Figure 2Mouse results. BioCreAtIvE task 1B results for mouse and the impact of curation on exact search and the ProMiner approach. ES: Exact search; PM: ProMiner; cur.: fully curated synonym list; orig. syn. list: original synonym list as provided by organizers. For the exact search, the submitted results were obtained with the fully curated synonym list and the fully curated synonym list with subsequent application of the rule-based post filter. The results of exact matching of the original synonym list, and lists obtained from the two intermediate curation steps are also shown. For ProMiner, the results of the approximate search alone (PM search) and the results of the ProMiner framework (i.e. approximate search plus filtering and disambiguation) with optimal parameter setting are shown. The submitted results (PM results) were obtained with the entire ProMiner framework, the same fully curated synonym list and different sets of parameters [12]. The fully curated synonym lists used for exact search and the ProMiner approach were the same except ambiguous synonyms.
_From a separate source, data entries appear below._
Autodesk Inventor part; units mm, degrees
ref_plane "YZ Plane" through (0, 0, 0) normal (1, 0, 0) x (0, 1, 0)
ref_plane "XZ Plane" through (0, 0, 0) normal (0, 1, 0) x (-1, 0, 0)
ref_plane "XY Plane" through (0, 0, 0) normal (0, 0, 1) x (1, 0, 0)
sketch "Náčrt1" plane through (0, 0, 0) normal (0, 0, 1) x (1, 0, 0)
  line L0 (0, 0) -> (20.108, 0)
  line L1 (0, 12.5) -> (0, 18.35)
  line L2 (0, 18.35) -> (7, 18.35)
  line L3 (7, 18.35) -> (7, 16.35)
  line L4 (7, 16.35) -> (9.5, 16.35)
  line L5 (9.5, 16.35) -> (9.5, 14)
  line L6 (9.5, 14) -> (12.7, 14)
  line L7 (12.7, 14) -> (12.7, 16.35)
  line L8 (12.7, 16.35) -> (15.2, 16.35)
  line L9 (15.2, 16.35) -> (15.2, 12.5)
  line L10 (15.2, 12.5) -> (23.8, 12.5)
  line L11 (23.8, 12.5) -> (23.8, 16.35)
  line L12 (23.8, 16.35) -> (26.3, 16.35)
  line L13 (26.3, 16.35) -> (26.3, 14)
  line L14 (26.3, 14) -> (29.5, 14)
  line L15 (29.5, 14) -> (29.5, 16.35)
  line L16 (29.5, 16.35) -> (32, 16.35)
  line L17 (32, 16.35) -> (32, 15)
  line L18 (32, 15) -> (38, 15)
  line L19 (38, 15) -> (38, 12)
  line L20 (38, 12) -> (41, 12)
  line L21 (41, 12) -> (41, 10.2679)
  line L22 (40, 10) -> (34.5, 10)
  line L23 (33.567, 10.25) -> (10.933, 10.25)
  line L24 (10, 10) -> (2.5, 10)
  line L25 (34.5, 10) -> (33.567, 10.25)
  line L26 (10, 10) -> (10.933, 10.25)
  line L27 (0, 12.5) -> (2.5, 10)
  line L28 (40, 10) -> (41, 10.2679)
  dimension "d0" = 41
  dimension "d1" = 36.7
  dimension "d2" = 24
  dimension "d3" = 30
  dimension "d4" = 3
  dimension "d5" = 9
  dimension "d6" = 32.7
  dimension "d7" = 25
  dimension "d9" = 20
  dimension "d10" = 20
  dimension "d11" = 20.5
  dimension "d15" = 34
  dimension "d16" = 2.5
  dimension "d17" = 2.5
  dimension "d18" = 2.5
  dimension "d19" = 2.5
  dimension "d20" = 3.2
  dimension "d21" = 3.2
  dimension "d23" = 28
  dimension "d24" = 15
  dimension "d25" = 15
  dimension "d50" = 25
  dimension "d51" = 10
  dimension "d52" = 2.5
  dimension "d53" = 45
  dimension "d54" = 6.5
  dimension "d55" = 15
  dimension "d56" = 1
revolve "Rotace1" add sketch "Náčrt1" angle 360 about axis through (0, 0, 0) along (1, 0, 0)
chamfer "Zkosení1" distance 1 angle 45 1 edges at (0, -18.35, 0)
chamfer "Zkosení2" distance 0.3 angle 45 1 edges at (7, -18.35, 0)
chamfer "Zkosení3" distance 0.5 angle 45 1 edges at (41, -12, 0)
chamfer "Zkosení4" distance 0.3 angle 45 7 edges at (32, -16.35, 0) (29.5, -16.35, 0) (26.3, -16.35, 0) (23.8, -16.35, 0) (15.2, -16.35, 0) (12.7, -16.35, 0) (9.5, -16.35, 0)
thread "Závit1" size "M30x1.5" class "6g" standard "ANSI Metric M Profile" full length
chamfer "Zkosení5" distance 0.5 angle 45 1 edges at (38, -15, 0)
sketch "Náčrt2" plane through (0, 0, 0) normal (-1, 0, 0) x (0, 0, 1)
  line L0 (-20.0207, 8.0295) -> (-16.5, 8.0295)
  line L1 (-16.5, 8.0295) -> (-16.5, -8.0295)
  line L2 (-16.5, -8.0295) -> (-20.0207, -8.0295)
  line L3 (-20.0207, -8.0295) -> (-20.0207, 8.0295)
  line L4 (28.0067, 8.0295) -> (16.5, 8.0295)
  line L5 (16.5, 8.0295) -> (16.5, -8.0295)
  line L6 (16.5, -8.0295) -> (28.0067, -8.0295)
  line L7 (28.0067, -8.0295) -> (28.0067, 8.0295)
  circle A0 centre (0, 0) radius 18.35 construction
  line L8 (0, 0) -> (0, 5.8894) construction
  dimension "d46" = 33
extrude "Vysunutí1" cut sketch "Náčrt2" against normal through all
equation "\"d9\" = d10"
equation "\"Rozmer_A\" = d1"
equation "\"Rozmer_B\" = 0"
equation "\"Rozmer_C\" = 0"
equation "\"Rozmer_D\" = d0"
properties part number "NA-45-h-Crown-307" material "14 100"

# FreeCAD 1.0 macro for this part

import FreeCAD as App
import Part
import Sketcher
Q = App.Units.Quantity


def edges_at(feature, points):
    """Names of the edges that pass closest to the given points."""
    edges = feature.Shape.Edges
    near = lambda p: min(range(len(edges)), key=lambda i: edges[i].distToShape(Part.Vertex(*p))[0])
    return sorted({f"Edge{near(p) + 1}" for p in points})

doc = App.newDocument("Part")
params = doc.addObject("Spreadsheet::Sheet", "Params")
for row, (alias, value) in enumerate([
    ("sketch1_width", "3 mm"),
    ("sketch1_width2", "2.5 mm"),
    ("sketch1_width3", "3.2 mm"),
    ("sketch1_height", "2 mm"),
    ("sketch1_height2", "5.85 mm"),
    ("revolution_angle", "360 deg"),
    ("chamfer_size", "1 mm"),
    ("chamfer2_size", "0.3 mm"),
    ("chamfer3_size", "0.5 mm"),
    ("chamfer4_size", "0.3 mm"),
    ("chamfer5_size", "0.5 mm"),
], start=1):
    params.set(f"A{row}", alias)
    params.set(f"B{row}", "=" + value)
    params.setAlias(f"B{row}", alias)

body = doc.addObject("PartDesign::Body", "Body")

# Sketch on XY plane
sketch1 = body.newObject("Sketcher::SketchObject", "Sketch")
sketch1.AttachmentSupport = (doc.getObject("XY_Plane"), [""])
sketch1.MapMode = "FlatFace"
sketch1.addGeometry([
    Part.LineSegment(App.Vector(0, 18.4, 0), App.Vector(0, 12.5, 0)),  # 0
    Part.LineSegment(App.Vector(0, 12.5, 0), App.Vector(2.5, 10, 0)),  # 1
    Part.LineSegment(App.Vector(2.5, 10, 0), App.Vector(10, 10, 0)),  # 2
    Part.LineSegment(App.Vector(10, 10, 0), App.Vector(10.9, 10.2, 0)),  # 3
    Part.LineSegment(App.Vector(10.9, 10.2, 0), App.Vector(33.6, 10.2, 0)),  # 4
    Part.LineSegment(App.Vector(33.6, 10.2, 0), App.Vector(34.5, 10, 0)),  # 5
    Part.LineSegment(App.Vector(34.5, 10, 0), App.Vector(40, 10, 0)),  # 6
    Part.LineSegment(App.Vector(40, 10, 0), App.Vector(41, 10.3, 0)),  # 7
    Part.LineSegment(App.Vector(41, 10.3, 0), App.Vector(41, 12, 0)),  # 8
    Part.LineSegment(App.Vector(41, 12, 0), App.Vector(38, 12, 0)),  # 9
    Part.LineSegment(App.Vector(38, 12, 0), App.Vector(38, 15, 0)),  # 10
    Part.LineSegment(App.Vector(38, 15, 0), App.Vector(32, 15, 0)),  # 11
    Part.LineSegment(App.Vector(32, 15, 0), App.Vector(32, 16.4, 0)),  # 12
    Part.LineSegment(App.Vector(32, 16.4, 0), App.Vector(29.5, 16.4, 0)),  # 13
    Part.LineSegment(App.Vector(29.5, 16.4, 0), App.Vector(29.5, 14, 0)),  # 14
    Part.LineSegment(App.Vector(29.5, 14, 0), App.Vector(26.3, 14, 0)),  # 15
    Part.LineSegment(App.Vector(26.3, 14, 0), App.Vector(26.3, 16.4, 0)),  # 16
    Part.LineSegment(App.Vector(26.3, 16.4, 0), App.Vector(23.8, 16.4, 0)),  # 17
    Part.LineSegment(App.Vector(23.8, 16.4, 0), App.Vector(23.8, 12.5, 0)),  # 18
    Part.LineSegment(App.Vector(23.8, 12.5, 0), App.Vector(15.2, 12.5, 0)),  # 19
    Part.LineSegment(App.Vector(15.2, 12.5, 0), App.Vector(15.2, 16.4, 0)),  # 20
    Part.LineSegment(App.Vector(15.2, 16.4, 0), App.Vector(12.7, 16.4, 0)),  # 21
    Part.LineSegment(App.Vector(12.7, 16.4, 0), App.Vector(12.7, 14, 0)),  # 22
    Part.LineSegment(App.Vector(12.7, 14, 0), App.Vector(9.5, 14, 0)),  # 23
    Part.LineSegment(App.Vector(9.5, 14, 0), App.Vector(9.5, 16.4, 0)),  # 24
    Part.LineSegment(App.Vector(9.5, 16.4, 0), App.Vector(7, 16.4, 0)),  # 25
    Part.LineSegment(App.Vector(7, 16.4, 0), App.Vector(7, 18.4, 0)),  # 26
    Part.LineSegment(App.Vector(7, 18.4, 0), App.Vector(0, 18.4, 0)),  # 27
], False)
sketch1.addConstraint([
    Sketcher.Constraint("Coincident", 0, 2, 1, 1),
    Sketcher.Constraint("Coincident", 1, 2, 2, 1),
    Sketcher.Constraint("Coincident", 2, 2, 3, 1),
    Sketcher.Constraint("Coincident", 3, 2, 4, 1),
    Sketcher.Constraint("Coincident", 4, 2, 5, 1),
    Sketcher.Constraint("Coincident", 5, 2, 6, 1),
    Sketcher.Constraint("Coincident", 6, 2, 7, 1),
    Sketcher.Constraint("Coincident", 7, 2, 8, 1),
    Sketcher.Constraint("Coincident", 8, 2, 9, 1),
    Sketcher.Constraint("Coincident", 9, 2, 10, 1),
    Sketcher.Constraint("Coincident", 10, 2, 11, 1),
    Sketcher.Constraint("Coincident", 11, 2, 12, 1),
    Sketcher.Constraint("Coincident", 12, 2, 13, 1),
    Sketcher.Constraint("Coincident", 13, 2, 14, 1),
    Sketcher.Constraint("Coincident", 14, 2, 15, 1),
    Sketcher.Constraint("Coincident", 15, 2, 16, 1),
    Sketcher.Constraint("Coincident", 16, 2, 17, 1),
    Sketcher.Constraint("Coincident", 17, 2, 18, 1),
    Sketcher.Constraint("Coincident", 18, 2, 19, 1),
    Sketcher.Constraint("Coincident", 19, 2, 20, 1),
    Sketcher.Constraint("Coincident", 20, 2, 21, 1),
    Sketcher.Constraint("Coincident", 21, 2, 22, 1),
    Sketcher.Constraint("Coincident", 22, 2, 23, 1),
    Sketcher.Constraint("Coincident", 23, 2, 24, 1),
    Sketcher.Constraint("Coincident", 24, 2, 25, 1),
    Sketcher.Constraint("Coincident", 25, 2, 26, 1),
    Sketcher.Constraint("Coincident", 26, 2, 27, 1),
    Sketcher.Constraint("Coincident", 27, 2, 0, 1),
    Sketcher.Constraint("Vertical", 0),
    Sketcher.Constraint("Horizontal", 2),
    Sketcher.Constraint("Horizontal", 4),
    Sketcher.Constraint("Horizontal", 6),
    Sketcher.Constraint("Vertical", 8),
    Sketcher.Constraint("Horizontal", 9),
    Sketcher.Constraint("Vertical", 10),
    Sketcher.Constraint("Horizontal", 11),
    Sketcher.Constraint("Vertical", 12),
    Sketcher.Constraint("Horizontal", 13),
    Sketcher.Constraint("Vertical", 14),
    Sketcher.Constraint("Horizontal", 15),
    Sketcher.Constraint("Vertical", 16),
    Sketcher.Constraint("Horizontal", 17),
    Sketcher.Constraint("Vertical", 18),
    Sketcher.Constraint("Horizontal", 19),
    Sketcher.Constraint("Vertical", 20),
    Sketcher.Constraint("Horizontal", 21),
    Sketcher.Constraint("Vertical", 22),
    Sketcher.Constraint("Horizontal", 23),
    Sketcher.Constraint("Vertical", 24),
    Sketcher.Constraint("Horizontal", 25),
    Sketcher.Constraint("Vertical", 26),
    Sketcher.Constraint("Horizontal", 27),
    Sketcher.Constraint("PointOnObject", 0, 2, -2),
    Sketcher.Constraint("Parallel", 3, 7),
    Sketcher.Constraint("Horizontal", 2, 2, 5, 2),
    Sketcher.Constraint("Horizontal", 13, 2, 16, 2),
    Sketcher.Constraint("Horizontal", 0, 2, 18, 2),
    Sketcher.Constraint("Horizontal", 17, 2, 20, 2),
    Sketcher.Constraint("Horizontal", 15, 2, 22, 2),
    Sketcher.Constraint("Horizontal", 21, 2, 24, 2),
    Sketcher.Constraint("Equal", 13, 17),
    Sketcher.Constraint("Equal", 17, 21),
    Sketcher.Constraint("Equal", 15, 23),
    Sketcher.Constraint("Equal", 21, 25),
    Sketcher.Constraint("Equal", 9, 10),
    Sketcher.Constraint("Equal", 3, 5),
    Sketcher.Constraint("DistanceX", 9, 2, 9, 1, Q("3 mm")),
    Sketcher.Constraint("Angle", 1, Q("-45 deg")),
    Sketcher.Constraint("Angle", 3, Q("15.0002 deg")),
    Sketcher.Constraint("DistanceX", 13, 2, 13, 1, Q("2.5 mm")),
    Sketcher.Constraint("DistanceX", 15, 2, 15, 1, Q("3.2 mm")),
    Sketcher.Constraint("DistanceY", -1, 1, 1, 2, Q("10 mm")),
    Sketcher.Constraint("DistanceX", -1, 1, 2, 2, Q("10 mm")),
    Sketcher.Constraint("DistanceX", -1, 1, 7, 2, Q("41 mm")),
    Sketcher.Constraint("DistanceY", -1, 1, 10, 2, Q("15 mm")),
    Sketcher.Constraint("DistanceX", 2, 2, 6, 2, Q("30 mm")),
    Sketcher.Constraint("DistanceY", 14, 2, 11, 2, Q("1 mm")),
    Sketcher.Constraint("DistanceX", 25, 2, 2, 2, Q("3 mm")),
    Sketcher.Constraint("DistanceX", -1, 1, 1, 2, Q("2.5 mm")),
    Sketcher.Constraint("DistanceX", 5, 2, 7, 2, Q("6.5 mm")),
    Sketcher.Constraint("DistanceX", 11, 2, 5, 2, Q("2.5 mm")),
    Sketcher.Constraint("DistanceY", 26, 1, 26, 2, Q("2 mm")),
    Sketcher.Constraint("DistanceY", 0, 2, 0, 1, Q("5.85 mm")),
    Sketcher.Constraint("DistanceY", 4, 2, 12, 2, Q("6.1 mm")),
])
sketch1.setExpression("Constraints[66]", "Params.sketch1_width")
sketch1.setExpression("Constraints[69]", "Params.sketch1_width2")
sketch1.setExpression("Constraints[70]", "Params.sketch1_width3")
sketch1.setExpression("Constraints[81]", "Params.sketch1_height")
sketch1.setExpression("Constraints[82]", "Params.sketch1_height2")
revolution = body.newObject("PartDesign::Revolution", "Revolution")
revolution.Profile = sketch1
revolution.ReferenceAxis = (sketch1, ["H_Axis"])
revolution.setExpression("Angle", "Params.revolution_angle")
doc.recompute()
Figure 3Fly results. Results for fly, obtained as post-evaluation of the BioCreAtIvE-assessment. The figure shows the results of exact matching of the synonym list as provided by the ProMiner-team (Exact search, orig. syn. list), exact matching of the curated synonym list and exact matching of the curated synonym list with subsequent application of the SVM-based post filter. All submitted ProMiner results were obtained with one synonym list, which we here refer to as 'original synonym list', but different parameter settings [12].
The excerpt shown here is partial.